Every line in the data below from the one containing "#79=CIRCLE('',#27,9.);" down to the one containing "#94=VERTEX_POINT('',#93);", both included, must be retyped exactly; no other line is to appear.

Items from a dataset
————————

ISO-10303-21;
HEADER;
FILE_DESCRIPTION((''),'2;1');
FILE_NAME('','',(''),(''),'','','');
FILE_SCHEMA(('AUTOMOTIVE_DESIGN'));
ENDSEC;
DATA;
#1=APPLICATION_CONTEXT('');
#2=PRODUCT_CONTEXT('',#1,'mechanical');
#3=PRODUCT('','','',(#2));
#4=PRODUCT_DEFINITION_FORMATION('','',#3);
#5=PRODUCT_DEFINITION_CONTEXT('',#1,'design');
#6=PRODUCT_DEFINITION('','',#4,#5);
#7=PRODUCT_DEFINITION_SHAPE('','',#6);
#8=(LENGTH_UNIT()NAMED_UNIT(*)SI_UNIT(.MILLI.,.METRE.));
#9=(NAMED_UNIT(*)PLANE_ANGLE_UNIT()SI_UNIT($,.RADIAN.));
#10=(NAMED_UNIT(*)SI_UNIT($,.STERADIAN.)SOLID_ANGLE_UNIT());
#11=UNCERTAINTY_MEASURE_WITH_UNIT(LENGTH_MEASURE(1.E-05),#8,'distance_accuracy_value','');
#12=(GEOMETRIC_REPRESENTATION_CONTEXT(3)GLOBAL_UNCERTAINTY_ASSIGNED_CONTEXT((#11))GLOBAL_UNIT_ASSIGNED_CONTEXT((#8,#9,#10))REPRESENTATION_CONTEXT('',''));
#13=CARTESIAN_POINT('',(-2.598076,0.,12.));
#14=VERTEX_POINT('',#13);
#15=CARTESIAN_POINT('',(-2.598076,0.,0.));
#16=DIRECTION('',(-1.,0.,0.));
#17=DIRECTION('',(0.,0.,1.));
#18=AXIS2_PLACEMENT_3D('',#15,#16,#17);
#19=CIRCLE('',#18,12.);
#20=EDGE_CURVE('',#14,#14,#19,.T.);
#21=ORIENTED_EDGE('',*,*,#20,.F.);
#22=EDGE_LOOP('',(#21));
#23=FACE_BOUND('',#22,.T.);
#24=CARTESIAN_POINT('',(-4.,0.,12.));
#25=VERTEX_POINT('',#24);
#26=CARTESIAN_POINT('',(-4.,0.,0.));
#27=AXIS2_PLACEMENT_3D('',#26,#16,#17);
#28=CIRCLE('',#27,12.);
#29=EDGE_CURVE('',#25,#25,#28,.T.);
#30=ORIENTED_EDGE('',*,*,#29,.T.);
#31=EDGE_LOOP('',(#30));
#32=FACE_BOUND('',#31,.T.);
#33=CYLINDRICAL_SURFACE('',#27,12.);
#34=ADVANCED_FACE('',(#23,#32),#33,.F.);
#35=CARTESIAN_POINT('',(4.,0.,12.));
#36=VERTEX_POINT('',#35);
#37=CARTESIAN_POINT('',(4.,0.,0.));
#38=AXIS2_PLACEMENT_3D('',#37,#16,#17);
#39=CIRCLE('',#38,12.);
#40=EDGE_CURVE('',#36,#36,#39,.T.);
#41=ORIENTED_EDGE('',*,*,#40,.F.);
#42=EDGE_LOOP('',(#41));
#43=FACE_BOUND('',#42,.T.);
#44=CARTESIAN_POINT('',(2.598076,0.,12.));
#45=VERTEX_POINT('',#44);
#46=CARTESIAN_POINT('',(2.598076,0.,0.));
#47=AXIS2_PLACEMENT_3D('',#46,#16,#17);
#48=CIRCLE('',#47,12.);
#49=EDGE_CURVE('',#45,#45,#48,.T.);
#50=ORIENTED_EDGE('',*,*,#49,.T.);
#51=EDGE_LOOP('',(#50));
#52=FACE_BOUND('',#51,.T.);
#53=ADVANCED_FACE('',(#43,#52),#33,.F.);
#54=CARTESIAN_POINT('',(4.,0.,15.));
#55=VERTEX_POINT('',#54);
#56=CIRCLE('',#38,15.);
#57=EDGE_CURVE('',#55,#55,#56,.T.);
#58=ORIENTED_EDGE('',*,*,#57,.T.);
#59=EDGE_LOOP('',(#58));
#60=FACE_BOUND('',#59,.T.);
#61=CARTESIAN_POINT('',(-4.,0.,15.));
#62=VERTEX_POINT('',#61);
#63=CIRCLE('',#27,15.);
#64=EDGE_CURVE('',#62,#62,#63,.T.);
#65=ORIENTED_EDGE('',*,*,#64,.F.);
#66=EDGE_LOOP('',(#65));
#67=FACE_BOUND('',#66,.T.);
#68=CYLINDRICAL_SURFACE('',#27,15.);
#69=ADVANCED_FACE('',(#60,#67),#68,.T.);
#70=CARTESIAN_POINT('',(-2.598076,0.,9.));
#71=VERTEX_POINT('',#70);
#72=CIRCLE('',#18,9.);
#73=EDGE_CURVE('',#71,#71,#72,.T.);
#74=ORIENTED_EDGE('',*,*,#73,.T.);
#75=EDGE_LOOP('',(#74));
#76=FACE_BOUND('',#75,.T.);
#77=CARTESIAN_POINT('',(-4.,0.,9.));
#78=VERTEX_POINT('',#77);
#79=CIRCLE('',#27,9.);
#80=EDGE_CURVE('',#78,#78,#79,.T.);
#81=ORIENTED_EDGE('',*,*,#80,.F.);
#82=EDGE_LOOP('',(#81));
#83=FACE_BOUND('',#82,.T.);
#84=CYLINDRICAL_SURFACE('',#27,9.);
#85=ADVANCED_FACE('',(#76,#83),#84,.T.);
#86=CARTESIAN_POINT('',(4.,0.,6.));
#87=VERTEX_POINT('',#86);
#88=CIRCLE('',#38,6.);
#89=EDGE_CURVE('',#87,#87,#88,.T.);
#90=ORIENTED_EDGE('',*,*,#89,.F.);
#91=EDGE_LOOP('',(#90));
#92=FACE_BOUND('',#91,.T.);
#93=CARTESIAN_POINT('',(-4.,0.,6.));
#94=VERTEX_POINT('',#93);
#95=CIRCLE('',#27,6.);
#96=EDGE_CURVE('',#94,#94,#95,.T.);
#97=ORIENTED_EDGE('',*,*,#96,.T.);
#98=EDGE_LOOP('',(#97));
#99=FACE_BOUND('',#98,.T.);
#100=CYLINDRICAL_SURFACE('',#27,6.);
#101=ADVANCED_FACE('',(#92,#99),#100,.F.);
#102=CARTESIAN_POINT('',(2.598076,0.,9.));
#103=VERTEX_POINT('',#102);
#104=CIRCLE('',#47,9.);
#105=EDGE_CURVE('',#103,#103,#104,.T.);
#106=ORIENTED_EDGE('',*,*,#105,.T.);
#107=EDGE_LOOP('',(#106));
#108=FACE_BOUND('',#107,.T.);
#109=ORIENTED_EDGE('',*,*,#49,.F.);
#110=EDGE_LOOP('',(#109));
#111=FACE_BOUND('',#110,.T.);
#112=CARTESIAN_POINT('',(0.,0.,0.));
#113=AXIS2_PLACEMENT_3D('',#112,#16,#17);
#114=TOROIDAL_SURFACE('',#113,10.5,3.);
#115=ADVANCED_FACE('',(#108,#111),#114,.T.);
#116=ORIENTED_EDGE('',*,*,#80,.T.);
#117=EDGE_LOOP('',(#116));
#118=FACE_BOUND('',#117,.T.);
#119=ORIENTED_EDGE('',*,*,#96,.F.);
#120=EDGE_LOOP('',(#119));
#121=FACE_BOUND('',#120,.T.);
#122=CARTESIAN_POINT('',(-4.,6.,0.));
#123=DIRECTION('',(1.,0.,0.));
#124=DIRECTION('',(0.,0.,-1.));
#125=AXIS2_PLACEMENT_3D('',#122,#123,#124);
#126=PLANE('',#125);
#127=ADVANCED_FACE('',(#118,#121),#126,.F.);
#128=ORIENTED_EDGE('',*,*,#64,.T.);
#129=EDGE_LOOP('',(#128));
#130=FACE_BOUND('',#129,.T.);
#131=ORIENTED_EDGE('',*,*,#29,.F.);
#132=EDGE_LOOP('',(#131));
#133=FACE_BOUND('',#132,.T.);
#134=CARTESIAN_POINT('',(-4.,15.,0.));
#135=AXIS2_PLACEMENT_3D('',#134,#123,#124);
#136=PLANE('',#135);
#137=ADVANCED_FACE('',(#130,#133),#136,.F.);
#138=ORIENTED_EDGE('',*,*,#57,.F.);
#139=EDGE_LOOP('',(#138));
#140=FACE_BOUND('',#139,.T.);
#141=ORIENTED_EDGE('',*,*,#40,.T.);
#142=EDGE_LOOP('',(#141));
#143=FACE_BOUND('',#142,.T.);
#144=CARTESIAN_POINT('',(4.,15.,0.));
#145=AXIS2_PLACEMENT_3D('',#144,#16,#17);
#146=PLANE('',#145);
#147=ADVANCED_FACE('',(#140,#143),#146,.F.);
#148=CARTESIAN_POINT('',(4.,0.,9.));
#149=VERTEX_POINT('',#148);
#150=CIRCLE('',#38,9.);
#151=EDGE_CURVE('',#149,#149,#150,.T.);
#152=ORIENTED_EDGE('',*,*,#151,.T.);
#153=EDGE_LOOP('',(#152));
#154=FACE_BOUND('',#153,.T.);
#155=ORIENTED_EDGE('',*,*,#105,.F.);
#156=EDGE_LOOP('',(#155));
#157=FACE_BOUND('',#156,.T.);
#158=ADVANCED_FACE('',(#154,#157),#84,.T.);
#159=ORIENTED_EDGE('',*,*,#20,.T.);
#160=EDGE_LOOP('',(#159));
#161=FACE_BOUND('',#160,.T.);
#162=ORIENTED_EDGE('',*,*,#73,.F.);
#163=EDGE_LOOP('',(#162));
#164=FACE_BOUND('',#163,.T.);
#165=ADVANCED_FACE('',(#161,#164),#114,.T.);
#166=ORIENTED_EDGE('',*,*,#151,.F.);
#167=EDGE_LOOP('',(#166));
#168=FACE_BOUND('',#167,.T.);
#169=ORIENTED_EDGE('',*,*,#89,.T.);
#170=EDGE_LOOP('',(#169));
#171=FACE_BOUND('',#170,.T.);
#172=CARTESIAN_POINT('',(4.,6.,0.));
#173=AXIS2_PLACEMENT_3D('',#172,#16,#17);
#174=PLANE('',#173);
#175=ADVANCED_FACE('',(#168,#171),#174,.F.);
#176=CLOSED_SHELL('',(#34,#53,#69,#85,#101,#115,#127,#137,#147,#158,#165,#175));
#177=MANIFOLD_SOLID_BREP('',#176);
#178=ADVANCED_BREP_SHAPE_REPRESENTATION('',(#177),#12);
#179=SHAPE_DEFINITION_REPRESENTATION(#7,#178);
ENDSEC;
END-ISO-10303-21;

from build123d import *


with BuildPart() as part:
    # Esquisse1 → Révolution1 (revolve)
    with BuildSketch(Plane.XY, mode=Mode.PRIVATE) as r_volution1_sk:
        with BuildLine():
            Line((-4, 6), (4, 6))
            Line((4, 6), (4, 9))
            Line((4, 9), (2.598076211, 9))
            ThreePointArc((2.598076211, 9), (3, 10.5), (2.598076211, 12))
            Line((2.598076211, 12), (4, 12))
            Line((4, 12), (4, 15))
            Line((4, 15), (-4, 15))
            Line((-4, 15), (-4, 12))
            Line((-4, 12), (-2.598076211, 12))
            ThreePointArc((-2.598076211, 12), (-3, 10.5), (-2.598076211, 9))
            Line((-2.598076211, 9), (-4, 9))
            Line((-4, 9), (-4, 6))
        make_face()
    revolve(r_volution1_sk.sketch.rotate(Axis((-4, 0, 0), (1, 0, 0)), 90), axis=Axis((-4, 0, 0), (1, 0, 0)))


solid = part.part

————————

Your response
#79=CIRCLE('',#27,9.);
#80=EDGE_CURVE('',#78,#78,#79,.T.);
#81=ORIENTED_EDGE('',*,*,#80,.F.);
#82=EDGE_LOOP('',(#81));
#83=FACE_BOUND('',#82,.T.);
#84=CYLINDRICAL_SURFACE('',#27,9.);
#85=ADVANCED_FACE('',(#76,#83),#84,.T.);
#86=CARTESIAN_POINT('',(4.,0.,6.));
#87=VERTEX_POINT('',#86);
#88=CIRCLE('',#38,6.);
#89=EDGE_CURVE('',#87,#87,#88,.T.);
#90=ORIENTED_EDGE('',*,*,#89,.F.);
#91=EDGE_LOOP('',(#90));
#92=FACE_BOUND('',#91,.T.);
#93=CARTESIAN_POINT('',(-4.,0.,6.));
#94=VERTEX_POINT('',#93);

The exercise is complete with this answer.